- Extracted entries:
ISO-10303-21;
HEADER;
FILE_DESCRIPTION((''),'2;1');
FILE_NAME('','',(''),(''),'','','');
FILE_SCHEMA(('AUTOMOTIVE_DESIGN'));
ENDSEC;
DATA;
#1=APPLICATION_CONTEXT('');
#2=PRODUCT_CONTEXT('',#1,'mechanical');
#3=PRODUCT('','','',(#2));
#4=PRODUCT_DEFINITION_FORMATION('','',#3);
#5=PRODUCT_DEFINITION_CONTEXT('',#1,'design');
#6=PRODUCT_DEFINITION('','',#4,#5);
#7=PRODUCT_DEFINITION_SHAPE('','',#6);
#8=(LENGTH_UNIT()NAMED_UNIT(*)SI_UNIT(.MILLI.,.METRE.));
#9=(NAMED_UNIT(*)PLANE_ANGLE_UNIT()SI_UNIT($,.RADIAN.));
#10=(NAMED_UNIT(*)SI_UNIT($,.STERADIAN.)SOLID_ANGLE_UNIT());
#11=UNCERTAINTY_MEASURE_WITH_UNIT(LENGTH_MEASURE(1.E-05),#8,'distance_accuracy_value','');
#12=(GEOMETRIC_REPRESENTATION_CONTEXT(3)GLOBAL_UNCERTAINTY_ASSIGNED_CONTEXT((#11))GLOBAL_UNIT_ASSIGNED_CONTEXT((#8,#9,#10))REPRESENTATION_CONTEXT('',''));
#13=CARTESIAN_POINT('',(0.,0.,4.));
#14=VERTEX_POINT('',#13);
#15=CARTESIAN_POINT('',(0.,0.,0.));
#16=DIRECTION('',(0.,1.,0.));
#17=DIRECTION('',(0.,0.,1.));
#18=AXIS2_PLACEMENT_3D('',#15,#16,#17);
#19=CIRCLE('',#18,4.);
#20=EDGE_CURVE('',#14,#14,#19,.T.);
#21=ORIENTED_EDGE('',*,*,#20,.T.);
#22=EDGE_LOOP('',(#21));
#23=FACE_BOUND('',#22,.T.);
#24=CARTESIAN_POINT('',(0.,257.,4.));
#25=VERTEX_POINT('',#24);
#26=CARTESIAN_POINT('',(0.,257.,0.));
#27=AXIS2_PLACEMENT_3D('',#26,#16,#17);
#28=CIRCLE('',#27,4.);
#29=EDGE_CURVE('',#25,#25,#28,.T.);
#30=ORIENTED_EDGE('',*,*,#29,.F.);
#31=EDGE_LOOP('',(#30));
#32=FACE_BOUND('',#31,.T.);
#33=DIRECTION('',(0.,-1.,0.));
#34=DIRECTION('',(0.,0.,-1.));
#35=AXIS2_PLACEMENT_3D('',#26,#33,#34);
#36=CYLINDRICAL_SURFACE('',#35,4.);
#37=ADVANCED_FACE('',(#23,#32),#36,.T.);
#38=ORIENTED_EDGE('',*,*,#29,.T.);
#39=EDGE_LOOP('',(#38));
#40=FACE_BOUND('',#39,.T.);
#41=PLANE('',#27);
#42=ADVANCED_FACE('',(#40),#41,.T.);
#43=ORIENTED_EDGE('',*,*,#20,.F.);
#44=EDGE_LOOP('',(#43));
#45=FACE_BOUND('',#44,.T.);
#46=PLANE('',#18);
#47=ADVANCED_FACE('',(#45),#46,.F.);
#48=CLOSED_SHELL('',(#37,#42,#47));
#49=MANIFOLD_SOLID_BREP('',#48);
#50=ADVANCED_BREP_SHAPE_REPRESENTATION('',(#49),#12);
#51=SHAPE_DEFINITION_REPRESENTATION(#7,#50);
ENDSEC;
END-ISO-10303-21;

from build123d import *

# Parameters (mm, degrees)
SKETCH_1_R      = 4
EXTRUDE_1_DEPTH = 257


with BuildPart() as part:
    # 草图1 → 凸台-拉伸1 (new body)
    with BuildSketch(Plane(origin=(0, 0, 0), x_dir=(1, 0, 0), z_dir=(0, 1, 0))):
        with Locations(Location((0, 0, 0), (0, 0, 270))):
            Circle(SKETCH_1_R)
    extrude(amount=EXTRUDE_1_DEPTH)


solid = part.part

- What is required:
In full and without alteration, retype the entries above.

- Answer:
ISO-10303-21;
HEADER;
FILE_DESCRIPTION((''),'2;1');
FILE_NAME('','',(''),(''),'','','');
FILE_SCHEMA(('AUTOMOTIVE_DESIGN'));
ENDSEC;
DATA;
#1=APPLICATION_CONTEXT('');
#2=PRODUCT_CONTEXT('',#1,'mechanical');
#3=PRODUCT('','','',(#2));
#4=PRODUCT_DEFINITION_FORMATION('','',#3);
#5=PRODUCT_DEFINITION_CONTEXT('',#1,'design');
#6=PRODUCT_DEFINITION('','',#4,#5);
#7=PRODUCT_DEFINITION_SHAPE('','',#6);
#8=(LENGTH_UNIT()NAMED_UNIT(*)SI_UNIT(.MILLI.,.METRE.));
#9=(NAMED_UNIT(*)PLANE_ANGLE_UNIT()SI_UNIT($,.RADIAN.));
#10=(NAMED_UNIT(*)SI_UNIT($,.STERADIAN.)SOLID_ANGLE_UNIT());
#11=UNCERTAINTY_MEASURE_WITH_UNIT(LENGTH_MEASURE(1.E-05),#8,'distance_accuracy_value','');
#12=(GEOMETRIC_REPRESENTATION_CONTEXT(3)GLOBAL_UNCERTAINTY_ASSIGNED_CONTEXT((#11))GLOBAL_UNIT_ASSIGNED_CONTEXT((#8,#9,#10))REPRESENTATION_CONTEXT('',''));
#13=CARTESIAN_POINT('',(0.,0.,4.));
#14=VERTEX_POINT('',#13);
#15=CARTESIAN_POINT('',(0.,0.,0.));
#16=DIRECTION('',(0.,1.,0.));
#17=DIRECTION('',(0.,0.,1.));
#18=AXIS2_PLACEMENT_3D('',#15,#16,#17);
#19=CIRCLE('',#18,4.);
#20=EDGE_CURVE('',#14,#14,#19,.T.);
#21=ORIENTED_EDGE('',*,*,#20,.T.);
#22=EDGE_LOOP('',(#21));
#23=FACE_BOUND('',#22,.T.);
#24=CARTESIAN_POINT('',(0.,257.,4.));
#25=VERTEX_POINT('',#24);
#26=CARTESIAN_POINT('',(0.,257.,0.));
#27=AXIS2_PLACEMENT_3D('',#26,#16,#17);
#28=CIRCLE('',#27,4.);
#29=EDGE_CURVE('',#25,#25,#28,.T.);
#30=ORIENTED_EDGE('',*,*,#29,.F.);
#31=EDGE_LOOP('',(#30));
#32=FACE_BOUND('',#31,.T.);
#33=DIRECTION('',(0.,-1.,0.));
#34=DIRECTION('',(0.,0.,-1.));
#35=AXIS2_PLACEMENT_3D('',#26,#33,#34);
#36=CYLINDRICAL_SURFACE('',#35,4.);
#37=ADVANCED_FACE('',(#23,#32),#36,.T.);
#38=ORIENTED_EDGE('',*,*,#29,.T.);
#39=EDGE_LOOP('',(#38));
#40=FACE_BOUND('',#39,.T.);
#41=PLANE('',#27);
#42=ADVANCED_FACE('',(#40),#41,.T.);
#43=ORIENTED_EDGE('',*,*,#20,.F.);
#44=EDGE_LOOP('',(#43));
#45=FACE_BOUND('',#44,.T.);
#46=PLANE('',#18);
#47=ADVANCED_FACE('',(#45),#46,.F.);
#48=CLOSED_SHELL('',(#37,#42,#47));
#49=MANIFOLD_SOLID_BREP('',#48);
#50=ADVANCED_BREP_SHAPE_REPRESENTATION('',(#49),#12);
#51=SHAPE_DEFINITION_REPRESENTATION(#7,#50);
ENDSEC;
END-ISO-10303-21;

from build123d import *

# Parameters (mm, degrees)
SKETCH_1_R      = 4
EXTRUDE_1_DEPTH = 257


with BuildPart() as part:
    # 草图1 → 凸台-拉伸1 (new body)
    with BuildSketch(Plane(origin=(0, 0, 0), x_dir=(1, 0, 0), z_dir=(0, 1, 0))):
        with Locations(Location((0, 0, 0), (0, 0, 270))):
            Circle(SKETCH_1_R)
    extrude(amount=EXTRUDE_1_DEPTH)


solid = part.part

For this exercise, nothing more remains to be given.